Dass die Güselwehr so lange Bestand haben würde, darauf wollte vor bald zwei Jahren, als diese von Andreas Brändli ins Leben gerufen wurde, niemand wetten. Doch sie lebt weiter — und bekommt jetzt sogar zusätzlichen Support.

Die Kulturgesellschaft Bezirk Aarau will die Aktivitäten der Güselwehr auf weitere Gemeinden des Bezirks ausweiten. Die Gesellschaft, die soziale und kulturelle Projekte unterstützt und sich dort engagiert, wo staatliches Handeln nicht ausreicht, will neue Ideen entwickeln, um die Bevölkerung für das Problem zu sensibilisieren.

Es bestehen auch bereits konkrete Ideen. Gemeinden der Region werden mit Handkarren, Besen, Greifzangen und Signalwesten ausgerüstet, wenn Einwohner die Güselwehr, wie sie in Aarau entwickelt wurde, auch im eigenen Dorf umsetzen wollen. 15 solche «Ghüderwagen» seien bereits bestellt, weiss Marcel Suter, Präsident der Detaillistenvereinigung Zentrum und Promotor der «Güselwehr». Weiter wird zum Frühlingsanfang am 21. März 2015 im Bezirk Aarau ein Güseltag ausgerufen. Leute, die mitmachen, erhalten von der Kulturgesellschaft ein Znüni spendiert. Noch nicht ausgereift sind Pläne, mit denen das Problem Littering in den Schulunterricht eingebracht werden kann.

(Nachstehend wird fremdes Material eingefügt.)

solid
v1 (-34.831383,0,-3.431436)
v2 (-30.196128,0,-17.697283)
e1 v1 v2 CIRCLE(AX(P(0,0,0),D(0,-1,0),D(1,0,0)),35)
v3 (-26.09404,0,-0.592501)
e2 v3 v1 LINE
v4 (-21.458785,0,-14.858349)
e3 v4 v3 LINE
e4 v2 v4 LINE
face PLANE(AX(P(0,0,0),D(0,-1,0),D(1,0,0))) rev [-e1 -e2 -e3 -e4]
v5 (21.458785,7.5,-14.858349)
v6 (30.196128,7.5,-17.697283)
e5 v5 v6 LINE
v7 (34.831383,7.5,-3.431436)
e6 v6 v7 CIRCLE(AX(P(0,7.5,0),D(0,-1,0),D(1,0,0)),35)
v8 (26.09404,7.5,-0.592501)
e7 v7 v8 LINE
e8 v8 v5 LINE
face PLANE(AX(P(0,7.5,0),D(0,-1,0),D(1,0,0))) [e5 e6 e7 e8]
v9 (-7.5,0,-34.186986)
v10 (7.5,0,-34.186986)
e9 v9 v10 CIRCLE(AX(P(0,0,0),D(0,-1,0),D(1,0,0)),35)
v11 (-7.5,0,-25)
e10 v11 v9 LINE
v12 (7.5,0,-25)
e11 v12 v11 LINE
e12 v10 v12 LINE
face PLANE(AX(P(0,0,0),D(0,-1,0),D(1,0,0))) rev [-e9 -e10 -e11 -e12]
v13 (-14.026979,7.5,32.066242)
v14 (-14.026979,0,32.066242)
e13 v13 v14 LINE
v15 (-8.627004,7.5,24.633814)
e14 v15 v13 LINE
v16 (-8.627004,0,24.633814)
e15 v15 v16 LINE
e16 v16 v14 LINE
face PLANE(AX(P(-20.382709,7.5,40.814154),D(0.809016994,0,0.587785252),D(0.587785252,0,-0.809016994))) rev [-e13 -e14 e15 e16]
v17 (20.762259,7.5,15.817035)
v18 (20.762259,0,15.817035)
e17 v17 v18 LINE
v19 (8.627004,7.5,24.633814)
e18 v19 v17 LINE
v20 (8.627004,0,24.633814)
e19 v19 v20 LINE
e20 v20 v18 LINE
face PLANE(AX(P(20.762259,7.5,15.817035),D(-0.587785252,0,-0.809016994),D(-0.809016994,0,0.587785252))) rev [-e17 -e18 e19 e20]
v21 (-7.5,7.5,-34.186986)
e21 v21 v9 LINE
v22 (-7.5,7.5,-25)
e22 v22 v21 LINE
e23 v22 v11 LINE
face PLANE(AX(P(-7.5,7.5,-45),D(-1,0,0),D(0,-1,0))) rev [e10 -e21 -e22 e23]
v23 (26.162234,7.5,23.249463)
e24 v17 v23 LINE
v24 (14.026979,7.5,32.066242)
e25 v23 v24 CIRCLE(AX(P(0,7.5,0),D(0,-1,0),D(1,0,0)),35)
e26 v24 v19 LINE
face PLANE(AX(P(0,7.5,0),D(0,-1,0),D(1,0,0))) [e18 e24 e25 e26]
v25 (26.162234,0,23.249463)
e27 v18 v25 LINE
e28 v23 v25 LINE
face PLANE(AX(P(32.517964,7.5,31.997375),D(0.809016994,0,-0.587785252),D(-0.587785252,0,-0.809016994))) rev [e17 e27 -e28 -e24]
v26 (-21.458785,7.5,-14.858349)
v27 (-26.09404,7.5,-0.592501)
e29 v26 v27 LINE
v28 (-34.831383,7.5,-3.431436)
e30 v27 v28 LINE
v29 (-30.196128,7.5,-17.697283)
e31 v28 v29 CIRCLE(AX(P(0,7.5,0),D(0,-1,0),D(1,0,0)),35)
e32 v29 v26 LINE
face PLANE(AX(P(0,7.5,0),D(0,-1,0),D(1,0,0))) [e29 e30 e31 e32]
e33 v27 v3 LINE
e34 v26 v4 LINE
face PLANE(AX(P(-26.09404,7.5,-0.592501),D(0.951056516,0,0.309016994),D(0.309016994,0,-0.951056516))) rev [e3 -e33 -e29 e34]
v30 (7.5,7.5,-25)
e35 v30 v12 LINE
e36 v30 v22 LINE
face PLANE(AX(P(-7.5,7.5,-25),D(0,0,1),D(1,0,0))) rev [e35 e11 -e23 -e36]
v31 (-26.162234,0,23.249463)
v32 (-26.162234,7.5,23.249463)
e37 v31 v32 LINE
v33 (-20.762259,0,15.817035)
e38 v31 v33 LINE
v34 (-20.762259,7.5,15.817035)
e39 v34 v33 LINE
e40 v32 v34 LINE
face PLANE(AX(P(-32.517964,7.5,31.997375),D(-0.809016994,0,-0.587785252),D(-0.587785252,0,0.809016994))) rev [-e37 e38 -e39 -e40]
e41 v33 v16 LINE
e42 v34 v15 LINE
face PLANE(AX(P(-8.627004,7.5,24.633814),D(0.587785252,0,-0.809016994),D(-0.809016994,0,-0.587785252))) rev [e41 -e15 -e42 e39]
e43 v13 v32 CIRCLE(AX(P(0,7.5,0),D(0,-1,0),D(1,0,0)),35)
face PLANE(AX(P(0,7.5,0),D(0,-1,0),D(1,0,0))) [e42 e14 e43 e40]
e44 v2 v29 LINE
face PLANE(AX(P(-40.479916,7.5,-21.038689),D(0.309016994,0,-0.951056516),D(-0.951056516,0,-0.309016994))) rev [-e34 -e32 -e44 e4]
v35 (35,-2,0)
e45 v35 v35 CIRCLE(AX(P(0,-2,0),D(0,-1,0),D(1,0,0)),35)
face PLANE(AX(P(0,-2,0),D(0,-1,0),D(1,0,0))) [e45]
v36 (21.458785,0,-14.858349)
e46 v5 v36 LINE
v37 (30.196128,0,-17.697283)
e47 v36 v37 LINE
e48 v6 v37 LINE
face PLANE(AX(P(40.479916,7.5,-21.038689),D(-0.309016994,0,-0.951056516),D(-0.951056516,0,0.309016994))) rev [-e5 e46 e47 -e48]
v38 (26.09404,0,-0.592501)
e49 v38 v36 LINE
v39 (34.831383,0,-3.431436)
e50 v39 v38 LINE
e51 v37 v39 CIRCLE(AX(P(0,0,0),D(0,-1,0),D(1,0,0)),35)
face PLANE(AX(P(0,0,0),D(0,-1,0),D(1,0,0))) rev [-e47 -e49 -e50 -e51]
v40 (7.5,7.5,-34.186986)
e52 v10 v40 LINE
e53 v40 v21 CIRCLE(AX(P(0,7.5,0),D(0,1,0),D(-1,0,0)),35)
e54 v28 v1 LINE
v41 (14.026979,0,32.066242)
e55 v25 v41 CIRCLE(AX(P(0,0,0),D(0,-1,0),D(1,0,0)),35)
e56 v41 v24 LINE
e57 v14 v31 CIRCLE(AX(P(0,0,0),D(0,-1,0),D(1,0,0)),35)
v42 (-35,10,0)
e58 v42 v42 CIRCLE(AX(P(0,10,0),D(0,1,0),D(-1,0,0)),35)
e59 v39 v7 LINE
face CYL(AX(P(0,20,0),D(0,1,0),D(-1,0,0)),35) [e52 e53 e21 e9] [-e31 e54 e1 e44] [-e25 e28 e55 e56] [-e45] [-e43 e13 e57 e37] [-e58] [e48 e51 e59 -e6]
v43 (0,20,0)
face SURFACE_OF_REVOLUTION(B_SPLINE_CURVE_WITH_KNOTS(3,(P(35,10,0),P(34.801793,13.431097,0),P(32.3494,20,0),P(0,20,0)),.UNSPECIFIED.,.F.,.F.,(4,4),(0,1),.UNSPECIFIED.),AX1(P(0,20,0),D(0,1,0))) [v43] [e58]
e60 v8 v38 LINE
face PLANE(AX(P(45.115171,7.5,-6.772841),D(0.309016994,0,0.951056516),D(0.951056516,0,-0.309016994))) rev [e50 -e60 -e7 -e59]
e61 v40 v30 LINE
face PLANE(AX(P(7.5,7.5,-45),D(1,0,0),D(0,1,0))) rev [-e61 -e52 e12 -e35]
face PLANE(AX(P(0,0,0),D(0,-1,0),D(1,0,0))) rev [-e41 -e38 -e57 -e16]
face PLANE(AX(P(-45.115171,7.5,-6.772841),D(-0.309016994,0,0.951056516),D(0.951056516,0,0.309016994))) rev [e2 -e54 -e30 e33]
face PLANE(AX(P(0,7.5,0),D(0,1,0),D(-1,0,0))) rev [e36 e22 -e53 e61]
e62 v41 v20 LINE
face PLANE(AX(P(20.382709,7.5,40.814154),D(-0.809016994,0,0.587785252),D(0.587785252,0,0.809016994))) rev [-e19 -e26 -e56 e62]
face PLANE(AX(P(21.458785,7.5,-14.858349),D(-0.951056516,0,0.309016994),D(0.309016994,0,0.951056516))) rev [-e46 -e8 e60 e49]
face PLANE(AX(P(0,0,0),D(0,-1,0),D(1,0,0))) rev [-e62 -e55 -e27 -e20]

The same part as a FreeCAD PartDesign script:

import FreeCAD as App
import Part
import Sketcher
Q = App.Units.Quantity


def add_polygon(sketch, points):
    """Adds a closed chain of lines whose ends are joined by coincident constraints."""
    first, n = sketch.GeometryCount, len(points)
    for a, b in zip(points, points[1:] + points[:1]):
        sketch.addGeometry(Part.LineSegment(App.Vector(*a, 0), App.Vector(*b, 0)), False)
    for i in range(n):
        sketch.addConstraint(Sketcher.Constraint("Coincident", first + i, 2, first + (i + 1) % n, 1))

doc = App.newDocument("Part")
params = doc.addObject("Spreadsheet::Sheet", "Params")
for row, (alias, value) in enumerate([
    ("revolution_angle", "360 deg"),
    ("sketch2_width", "15 mm"),
    ("sketch2_height", "20 mm"),
    ("sketch2_length", "20 mm"),
    ("sketch2_length2", "15 mm"),
    ("pocket1_length", "7.5 mm"),
    ("sketch3_diameter", "70 mm"),
    ("pad1_length", "2 mm"),
], start=1):
    params.set(f"A{row}", alias)
    params.set(f"B{row}", "=" + value)
    params.setAlias(f"B{row}", alias)

body = doc.addObject("PartDesign::Body", "Body")

sketch1 = body.newObject("Sketcher::SketchObject", "Sketch")
sketch1.AttachmentSupport = (doc.getObject("XY_Plane"), [""])
sketch1.MapMode = "FlatFace"
sketch1.addGeometry([
    Part.LineSegment(App.Vector(0, 20, 0), App.Vector(0, 0, 0)),
    Part.LineSegment(App.Vector(0, 0, 0), App.Vector(35, 0, 0)),
    Part.LineSegment(App.Vector(35, 0, 0), App.Vector(35, 10, 0)),
    Part.BSplineCurve([App.Vector(0, 20, 0), App.Vector(32.3494, 20, 0), App.Vector(34.801793, 13.431097, 0), App.Vector(35, 10, 0)], [4, 4], [0, 1], False, 3, [1, 1, 1, 1], False),
], False)
sketch1.addConstraint([
    Sketcher.Constraint("Block", 3),
    Sketcher.Constraint("Coincident", 0, 2, 1, 1),
    Sketcher.Constraint("Coincident", 1, 2, 2, 1),
    Sketcher.Constraint("Coincident", 2, 2, 3, 2),
    Sketcher.Constraint("Coincident", 3, 1, 0, 1),
    Sketcher.Constraint("Vertical", 0),
    Sketcher.Constraint("Horizontal", 1),
    Sketcher.Constraint("Vertical", 2),
    Sketcher.Constraint("PointOnObject", 1, 2, -1),
])
revolution = body.newObject("PartDesign::Revolution", "Revolution")
revolution.Profile = sketch1
revolution.ReferenceAxis = (sketch1, ["V_Axis"])
revolution.setExpression("Angle", "Params.revolution_angle")

sketch2 = body.newObject("Sketcher::SketchObject", "Sketch001")
sketch2.AttachmentSupport = (doc.getObject("XZ_Plane"), [""])
sketch2.MapMode = "FlatFace"
add_polygon(sketch2, [(-7.5, -25), (-7.5, -45), (7.5, -45), (7.5, -25)])
add_polygon(sketch2, [(-26.09404, -0.592501), (-45.115171, -6.772841), (-40.479916, -21.038689), (-21.458785, -14.858349)])
add_polygon(sketch2, [(-8.627004, 24.633814), (-20.382709, 40.814154), (-32.517964, 31.997375), (-20.762259, 15.817035)])
add_polygon(sketch2, [(20.762259, 15.817035), (32.517964, 31.997375), (20.382709, 40.814154), (8.627004, 24.633814)])
add_polygon(sketch2, [(21.458785, -14.858349), (40.479916, -21.038689), (45.115171, -6.772841), (26.09404, -0.592501)])
sketch2.addConstraint([
    Sketcher.Constraint("Vertical", 0),
    Sketcher.Constraint("Horizontal", 1),
    Sketcher.Constraint("Vertical", 2),
    Sketcher.Constraint("Horizontal", 3),
    Sketcher.Constraint("Symmetric", 9, 2, 12, 2, -2),
    Sketcher.Constraint("Symmetric", 8, 2, 13, 2, -2),
    Sketcher.Constraint("Symmetric", 11, 2, 14, 2, -2),
    Sketcher.Constraint("Symmetric", 10, 2, 15, 2, -2),
    Sketcher.Constraint("Symmetric", 5, 2, 16, 2, -2),
    Sketcher.Constraint("Symmetric", 4, 2, 17, 2, -2),
    Sketcher.Constraint("Symmetric", 7, 2, 18, 2, -2),
    Sketcher.Constraint("Symmetric", 6, 2, 19, 2, -2),
    Sketcher.Constraint("Perpendicular", 4, 5),
    Sketcher.Constraint("Perpendicular", 5, 6),
    Sketcher.Constraint("Perpendicular", 6, 7),
    Sketcher.Constraint("Perpendicular", 8, 9),
    Sketcher.Constraint("Perpendicular", 9, 10),
    Sketcher.Constraint("Perpendicular", 10, 11),
    Sketcher.Constraint("Equal", 6, 8),
    Sketcher.Constraint("Equal", 7, 9),
    Sketcher.Constraint("DistanceX", 1, 1, 1, 2, 15.0),
    Sketcher.Constraint("DistanceY", 0, 2, 0, 1, 20.0),
    Sketcher.Constraint("Angle", 4, Q("-162 deg")),
    Sketcher.Constraint("Angle", 8, Q("126 deg")),
    Sketcher.Constraint("Distance", 4, 20.0),
    Sketcher.Constraint("Distance", 5, 15.0),
    Sketcher.Constraint("DistanceY", 0, 2, -1, 1, 45.0),
    Sketcher.Constraint("DistanceX", 0, 2, -1, 1, 7.5),
    Sketcher.Constraint("DistanceY", 7, 2, -1, 1, 0.592501),
    Sketcher.Constraint("DistanceX", 4, 2, -1, 1, 45.115171),
    Sketcher.Constraint("DistanceX", 8, 2, -1, 1, 20.382709),
    Sketcher.Constraint("DistanceY", -1, 1, 8, 2, 40.814154),
])
sketch2.setExpression("Constraints[40]", "Params.sketch2_width")
sketch2.setExpression("Constraints[41]", "Params.sketch2_height")
sketch2.setExpression("Constraints[44]", "Params.sketch2_length")
sketch2.setExpression("Constraints[45]", "Params.sketch2_length2")
pocket1 = body.newObject("PartDesign::Pocket", "Pocket")
pocket1.Profile = sketch2
pocket1.setExpression("Length", "Params.pocket1_length")

sketch3 = body.newObject("Sketcher::SketchObject", "Sketch002")
sketch3.AttachmentSupport = (doc.getObject("XZ_Plane"), [""])
sketch3.MapMode = "FlatFace"
sketch3.addGeometry(Part.Circle(App.Vector(0, 0, 0), App.Vector(0, 0, 1), 35), False)
sketch3.addConstraint([
    Sketcher.Constraint("Coincident", 0, 3, -1, 1),
    Sketcher.Constraint("Diameter", 0, 70.0),
])
sketch3.setExpression("Constraints[1]", "Params.sketch3_diameter")
pad1 = body.newObject("PartDesign::Pad", "Pad")
pad1.Profile = sketch3
pad1.setExpression("Length", "Params.pad1_length")

doc.recompute()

Die Kulturgesellschaft ist, so Suter, jedenfalls bereit, Unkosten für geeignetes Unterrichtsmaterial zu übernehmen.

Die Aktivitäten werden von der IG SU begleitet. Bei der IG SU handelt es sich um die im Mai 2007 gegründete Interessengemeinschaft für eine saubere Umwelt. Dahinter standen am Anfang privatwirtschaftlich organisierte Recyclingunternehmen, welche sich seit 2004 gemeinsam gegen das Littering engagieren. Daraus ist eine offene Plattform im Kampf gegen das Littering entstanden. Weitere Partner aus konsumnahen Bereichen stiessen dazu.

Marcel Suter und Daniel Ringier, Chef der Stadtpolizei, ziehen für die Güselwehr in Aarau eine positive Bilanz. Die Arbeitsgruppe Littering, der nebst Suter und Ringier unter anderen auch Stadträtin Regina Jäggi und Markus Vogel vom Werkhof sowie Andreas Brändli angehören, sind zufrieden. «Die Verbesserung ist spür- und sichtbar», sagt Marcel Suter. Die Stadt ist nach den Partynächten am Wochenende stubenrein.» Alle Beteiligten, auch die Gastro-Betriebe, würden mitziehen, ergänzt Daniel Ringier.

In der Arbeitsgruppe sei man sich einig, dass die Anstrengungen weitergeführt werden sollen und vonseiten der Stadt noch Verbesserung möglich sind. Die Stadtpolizei wird immer wieder aufgefordert, härter durchzugreifen. Ringier: «Wir üben den nötigen repressiven Druck aus — im Wissen, dass wir immer am falschen Ort sind.»

Littering-Apéro mit Bauernverband

Morgen Samstag ist die nächste Aktion geplant. Von 10.30 bis 12 Uhr lädt der Bauernverband Aargau zu einem Littering-Apéro ein, an dem Ständerätin Pascale Bruderer auch teilnehmen wird. Heute Freitag, 14 Uhr, wird die Güselwehr für einmal in den Wiesen und Feldern entlang der Strassen und Wege für Ordnung sorgen. Die Bitte dazu kam vom Bauernverband Aargau, der wieder viele Tausend Besucher erwartet, am Samstag ab 8 Uhr «Aarau zum Bauernhof wird». Dei Güselwehr wird vorher dafür gesorgt haben, dass die Stadt «stubenrein» ist.